The currency hit an all-time record low of 7.2 lira per US dollar on May 7.
On the same day, Turkish authorities introduced a transaction ban on BNP Paribas, Citigroup and UBS — a controversial move that was lifted after four days once they had all satisfied their liabilities with local banks.
The concerns over “speculative attacks” on the currency remain very fresh in the minds of Turkish officials.
Pro-government media accused unknown financial institutions of currency manipulation, while Turkish state-owned banks reportedly sold significant amounts of foreign currency recently in their battle to defend the currency against the dollar.
Last week, Turkish President Recep Tayyip Erdogan blamed the lira’s plunge on “those who think they can destroy our economy and corner us by exploiting financial institutions abroad.”

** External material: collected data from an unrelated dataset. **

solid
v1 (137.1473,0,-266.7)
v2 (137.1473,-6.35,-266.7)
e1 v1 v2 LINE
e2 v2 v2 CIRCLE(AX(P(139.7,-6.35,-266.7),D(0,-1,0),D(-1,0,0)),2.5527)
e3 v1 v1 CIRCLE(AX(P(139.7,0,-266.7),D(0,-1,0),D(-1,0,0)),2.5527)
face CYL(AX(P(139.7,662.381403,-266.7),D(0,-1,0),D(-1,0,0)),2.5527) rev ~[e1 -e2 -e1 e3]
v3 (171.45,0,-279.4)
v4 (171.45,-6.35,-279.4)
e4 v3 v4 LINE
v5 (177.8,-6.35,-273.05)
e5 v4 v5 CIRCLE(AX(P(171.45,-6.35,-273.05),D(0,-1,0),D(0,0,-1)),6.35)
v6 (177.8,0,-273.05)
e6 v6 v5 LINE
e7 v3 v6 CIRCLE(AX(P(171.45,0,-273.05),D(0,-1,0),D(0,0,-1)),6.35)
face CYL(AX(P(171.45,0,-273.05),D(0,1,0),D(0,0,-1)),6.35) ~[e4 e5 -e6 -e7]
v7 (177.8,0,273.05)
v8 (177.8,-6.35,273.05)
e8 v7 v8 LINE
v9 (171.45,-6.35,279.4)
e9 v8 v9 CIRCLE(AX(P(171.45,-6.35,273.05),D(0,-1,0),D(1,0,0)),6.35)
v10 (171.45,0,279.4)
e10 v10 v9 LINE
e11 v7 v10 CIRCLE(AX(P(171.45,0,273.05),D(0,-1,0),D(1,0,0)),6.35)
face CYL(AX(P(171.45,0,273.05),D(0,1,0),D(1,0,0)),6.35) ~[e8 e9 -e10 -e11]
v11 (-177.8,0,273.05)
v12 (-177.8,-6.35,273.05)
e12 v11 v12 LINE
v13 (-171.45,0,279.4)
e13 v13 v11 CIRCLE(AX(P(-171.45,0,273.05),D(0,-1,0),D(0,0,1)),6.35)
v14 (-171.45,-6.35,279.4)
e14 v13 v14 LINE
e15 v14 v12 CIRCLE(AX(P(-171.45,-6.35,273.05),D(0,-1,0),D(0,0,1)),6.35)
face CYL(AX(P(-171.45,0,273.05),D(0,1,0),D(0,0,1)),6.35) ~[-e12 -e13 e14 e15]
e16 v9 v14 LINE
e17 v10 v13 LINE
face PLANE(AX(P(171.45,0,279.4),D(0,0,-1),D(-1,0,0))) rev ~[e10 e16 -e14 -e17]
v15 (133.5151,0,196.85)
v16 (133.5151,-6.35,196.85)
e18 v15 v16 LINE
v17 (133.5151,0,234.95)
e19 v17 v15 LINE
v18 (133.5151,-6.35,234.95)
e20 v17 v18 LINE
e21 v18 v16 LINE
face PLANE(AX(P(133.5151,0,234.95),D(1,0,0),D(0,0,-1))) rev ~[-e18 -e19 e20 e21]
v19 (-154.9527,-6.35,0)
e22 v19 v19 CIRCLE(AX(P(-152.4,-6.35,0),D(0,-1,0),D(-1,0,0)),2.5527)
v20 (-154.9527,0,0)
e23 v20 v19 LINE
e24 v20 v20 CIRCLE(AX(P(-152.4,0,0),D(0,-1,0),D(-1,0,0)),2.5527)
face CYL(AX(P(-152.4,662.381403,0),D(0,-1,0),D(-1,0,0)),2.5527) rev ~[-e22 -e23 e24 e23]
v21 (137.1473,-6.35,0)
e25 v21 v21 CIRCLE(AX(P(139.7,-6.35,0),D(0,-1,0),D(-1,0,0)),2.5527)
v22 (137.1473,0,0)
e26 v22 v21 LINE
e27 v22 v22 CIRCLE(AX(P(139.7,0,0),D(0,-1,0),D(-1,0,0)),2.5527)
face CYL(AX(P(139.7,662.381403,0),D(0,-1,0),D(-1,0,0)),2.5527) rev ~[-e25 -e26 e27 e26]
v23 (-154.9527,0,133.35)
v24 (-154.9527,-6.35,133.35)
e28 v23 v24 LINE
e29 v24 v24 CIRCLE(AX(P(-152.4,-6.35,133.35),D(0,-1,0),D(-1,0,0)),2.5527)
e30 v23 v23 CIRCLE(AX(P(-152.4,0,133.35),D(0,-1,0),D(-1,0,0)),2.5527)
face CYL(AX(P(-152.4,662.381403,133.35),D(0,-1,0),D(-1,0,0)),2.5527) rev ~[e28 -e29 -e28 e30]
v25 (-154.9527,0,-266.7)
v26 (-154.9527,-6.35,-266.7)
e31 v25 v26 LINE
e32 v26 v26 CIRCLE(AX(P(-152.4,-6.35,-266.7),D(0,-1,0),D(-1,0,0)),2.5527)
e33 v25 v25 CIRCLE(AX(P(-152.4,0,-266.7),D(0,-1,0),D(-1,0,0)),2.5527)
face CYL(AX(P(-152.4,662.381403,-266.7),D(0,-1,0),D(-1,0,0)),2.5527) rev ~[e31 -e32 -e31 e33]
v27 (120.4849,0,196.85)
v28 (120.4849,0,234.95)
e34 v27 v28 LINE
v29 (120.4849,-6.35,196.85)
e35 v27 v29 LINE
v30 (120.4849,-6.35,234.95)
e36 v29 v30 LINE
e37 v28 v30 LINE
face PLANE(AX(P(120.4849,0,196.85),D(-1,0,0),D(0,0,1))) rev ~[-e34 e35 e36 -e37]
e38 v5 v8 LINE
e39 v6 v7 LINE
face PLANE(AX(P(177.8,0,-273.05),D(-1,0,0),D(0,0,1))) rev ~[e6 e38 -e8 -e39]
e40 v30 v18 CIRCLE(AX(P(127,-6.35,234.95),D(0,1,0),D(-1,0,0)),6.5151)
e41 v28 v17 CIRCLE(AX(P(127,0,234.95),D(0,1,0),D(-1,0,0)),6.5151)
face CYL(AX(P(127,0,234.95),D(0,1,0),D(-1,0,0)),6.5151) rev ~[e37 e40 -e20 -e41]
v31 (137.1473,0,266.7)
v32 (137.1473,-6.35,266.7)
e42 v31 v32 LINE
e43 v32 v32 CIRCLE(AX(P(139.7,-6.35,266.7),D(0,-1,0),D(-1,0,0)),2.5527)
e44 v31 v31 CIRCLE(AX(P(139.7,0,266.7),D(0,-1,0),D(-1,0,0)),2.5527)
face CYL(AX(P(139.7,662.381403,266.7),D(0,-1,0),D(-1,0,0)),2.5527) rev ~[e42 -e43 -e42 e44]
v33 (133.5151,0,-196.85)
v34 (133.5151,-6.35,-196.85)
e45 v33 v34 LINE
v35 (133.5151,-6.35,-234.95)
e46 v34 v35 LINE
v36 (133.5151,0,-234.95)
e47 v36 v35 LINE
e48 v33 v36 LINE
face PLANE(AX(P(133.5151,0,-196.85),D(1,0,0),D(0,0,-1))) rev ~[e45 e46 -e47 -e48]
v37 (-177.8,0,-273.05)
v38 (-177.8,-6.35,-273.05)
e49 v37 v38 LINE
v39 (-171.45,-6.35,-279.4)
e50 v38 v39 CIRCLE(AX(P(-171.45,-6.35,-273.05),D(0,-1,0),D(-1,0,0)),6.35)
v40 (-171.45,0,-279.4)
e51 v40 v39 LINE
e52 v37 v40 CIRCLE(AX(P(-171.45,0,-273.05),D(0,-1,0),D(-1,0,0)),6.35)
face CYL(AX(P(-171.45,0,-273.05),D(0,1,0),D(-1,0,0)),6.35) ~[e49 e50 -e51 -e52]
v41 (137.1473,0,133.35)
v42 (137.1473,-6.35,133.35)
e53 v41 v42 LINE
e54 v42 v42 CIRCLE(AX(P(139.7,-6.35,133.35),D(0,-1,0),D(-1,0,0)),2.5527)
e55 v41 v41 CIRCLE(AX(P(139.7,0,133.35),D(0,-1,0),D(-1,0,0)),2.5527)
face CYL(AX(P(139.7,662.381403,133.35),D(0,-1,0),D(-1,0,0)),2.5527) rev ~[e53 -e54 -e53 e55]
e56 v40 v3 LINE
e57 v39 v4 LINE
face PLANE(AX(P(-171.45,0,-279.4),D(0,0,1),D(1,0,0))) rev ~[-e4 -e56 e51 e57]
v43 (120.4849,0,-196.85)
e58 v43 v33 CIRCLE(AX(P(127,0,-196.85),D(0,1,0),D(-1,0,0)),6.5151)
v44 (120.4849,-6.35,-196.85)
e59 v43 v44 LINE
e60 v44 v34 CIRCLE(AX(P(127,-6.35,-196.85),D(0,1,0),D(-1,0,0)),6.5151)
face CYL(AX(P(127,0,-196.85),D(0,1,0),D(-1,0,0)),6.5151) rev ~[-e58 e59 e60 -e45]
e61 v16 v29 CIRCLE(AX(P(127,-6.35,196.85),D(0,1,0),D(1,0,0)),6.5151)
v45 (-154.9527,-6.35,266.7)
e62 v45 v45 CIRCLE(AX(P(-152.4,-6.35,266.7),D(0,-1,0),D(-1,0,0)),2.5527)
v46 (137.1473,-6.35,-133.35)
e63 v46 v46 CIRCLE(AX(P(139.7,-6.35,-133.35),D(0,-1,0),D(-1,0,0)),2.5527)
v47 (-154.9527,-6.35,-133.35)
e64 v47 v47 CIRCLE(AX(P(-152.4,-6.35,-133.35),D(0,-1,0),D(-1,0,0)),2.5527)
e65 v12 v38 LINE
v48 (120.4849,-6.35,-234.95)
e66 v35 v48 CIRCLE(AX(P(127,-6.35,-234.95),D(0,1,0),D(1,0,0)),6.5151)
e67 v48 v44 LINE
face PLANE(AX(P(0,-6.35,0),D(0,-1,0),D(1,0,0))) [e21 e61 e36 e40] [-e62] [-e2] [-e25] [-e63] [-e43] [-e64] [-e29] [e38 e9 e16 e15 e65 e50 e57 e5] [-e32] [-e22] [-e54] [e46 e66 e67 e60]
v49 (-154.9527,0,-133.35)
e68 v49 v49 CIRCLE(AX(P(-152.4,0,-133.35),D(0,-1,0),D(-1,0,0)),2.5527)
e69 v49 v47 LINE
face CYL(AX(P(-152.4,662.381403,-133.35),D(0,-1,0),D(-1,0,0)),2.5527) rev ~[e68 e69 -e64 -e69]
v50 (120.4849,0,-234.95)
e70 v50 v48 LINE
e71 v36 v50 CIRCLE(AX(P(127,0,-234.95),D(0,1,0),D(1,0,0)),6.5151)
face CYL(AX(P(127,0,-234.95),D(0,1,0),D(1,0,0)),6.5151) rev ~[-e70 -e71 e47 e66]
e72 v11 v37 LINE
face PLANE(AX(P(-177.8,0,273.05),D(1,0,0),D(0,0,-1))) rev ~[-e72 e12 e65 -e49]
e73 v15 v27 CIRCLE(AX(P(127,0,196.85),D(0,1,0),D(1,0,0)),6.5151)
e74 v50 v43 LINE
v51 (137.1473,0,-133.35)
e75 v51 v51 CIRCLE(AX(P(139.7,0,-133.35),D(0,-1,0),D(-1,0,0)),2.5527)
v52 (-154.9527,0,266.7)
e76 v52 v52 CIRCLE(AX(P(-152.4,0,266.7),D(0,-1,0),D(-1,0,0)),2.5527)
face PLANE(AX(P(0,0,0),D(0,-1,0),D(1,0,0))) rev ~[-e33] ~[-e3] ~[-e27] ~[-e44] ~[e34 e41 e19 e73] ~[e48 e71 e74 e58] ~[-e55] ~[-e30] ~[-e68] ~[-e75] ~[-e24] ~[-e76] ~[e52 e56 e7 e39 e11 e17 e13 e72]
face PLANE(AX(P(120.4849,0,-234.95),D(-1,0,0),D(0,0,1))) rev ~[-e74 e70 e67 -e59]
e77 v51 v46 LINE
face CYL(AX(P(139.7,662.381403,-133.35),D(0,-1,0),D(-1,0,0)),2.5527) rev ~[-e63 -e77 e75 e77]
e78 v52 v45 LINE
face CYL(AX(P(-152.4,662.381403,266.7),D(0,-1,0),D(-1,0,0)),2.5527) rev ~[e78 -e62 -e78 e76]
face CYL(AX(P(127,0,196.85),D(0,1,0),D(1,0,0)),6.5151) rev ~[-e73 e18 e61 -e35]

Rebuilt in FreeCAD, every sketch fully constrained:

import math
import FreeCAD as App
import Part
import Sketcher

V = App.Vector
Q = App.Units.Quantity

doc = App.newDocument("Part")
params = doc.addObject("Spreadsheet::Sheet", "Params")
for row, (alias, value) in enumerate([
    ("sketch1_radius", "0.25 in"),
    ("sketch1_width", "13.5 in"),
    ("sketch1_height", "21.5 in"),
    ("sketch1_height2", "1.5 in"),
    ("pad1_length", "0.25 in"),
    ("sketch2_diameter", "0.201 in"),
    ("hole_diameter", "0.201 in"),
], start=1):
    params.set(f"A{row}", alias)
    params.set(f"B{row}", "=" + value)
    params.setAlias(f"B{row}", alias)

body = doc.addObject("PartDesign::Body", "Body")

# Sketch on XZ plane
sketch1 = doc.addObject("Sketcher::SketchObject", "Sketch")
body.addObject(sketch1)
sketch1.AttachmentSupport = (doc.XZ_Plane, [""])
sketch1.MapMode = "FlatFace"
sketch1.addGeometry(Part.LineSegment(V(-171, -279, 0), V(171, -279, 0)), False)
sketch1.addGeometry(Part.ArcOfCircle(Part.Circle(V(171, -273, 0), V(0, 0, 1), 6), math.radians(-90), math.radians(0)), False)
sketch1.addGeometry(Part.LineSegment(V(178, -273, 0), V(178, 273, 0)), False)
sketch1.addGeometry(Part.ArcOfCircle(Part.Circle(V(171, 273, 0), V(0, 0, 1), 6), math.radians(0), math.radians(90)), False)
sketch1.addGeometry(Part.LineSegment(V(171, 279, 0), V(-171, 279, 0)), False)
sketch1.addGeometry(Part.ArcOfCircle(Part.Circle(V(-171, 273, 0), V(0, 0, 1), 6), math.radians(90), math.radians(180)), False)
sketch1.addGeometry(Part.LineSegment(V(-178, 273, 0), V(-178, -273, 0)), False)
sketch1.addGeometry(Part.ArcOfCircle(Part.Circle(V(-171, -273, 0), V(0, 0, 1), 6), math.radians(180), math.radians(270)), False)
sketch1.addGeometry(Part.ArcOfCircle(Part.Circle(V(127, -197, 0), V(0, 0, 1), 7), math.radians(0), math.radians(180)), False)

The volume of trading in lira has plummeted considerably as other foreign banks suspected further measures might be taken against them. For Saka, the recent ban on three foreign banks was a sign that Ankara will bring more regulations on capital flows to continue prioritizing a stable currency and low interest rates in the future.
“This will restrict the behavior of international investors bringing money in and out of the country. So far, the government has been temporarily applying these defense mechanisms to fend off speculation, but there is a risk that these may turn into permanent features of the Turkish financial markets,” he said.
In the meantime, the Turkish government is searching for funding from its allies to avoid a new currency crisis, similar to that of 2018, which increased unemployment and inflation rates.
Establishing currency swap lines with Japan and the UK, and expanding current facilities with China and Qatar, are reportedly on the table.
The government has also brought in stricter limits on local banks’ FX trading.
Saka noted that intervention policies, such as those applied by Turkey in 2018, are meant to be short-term, and that strict interventions are usually abandoned a few years after a crisis. “Let’s hope this will be the case for Turkey too,” he said.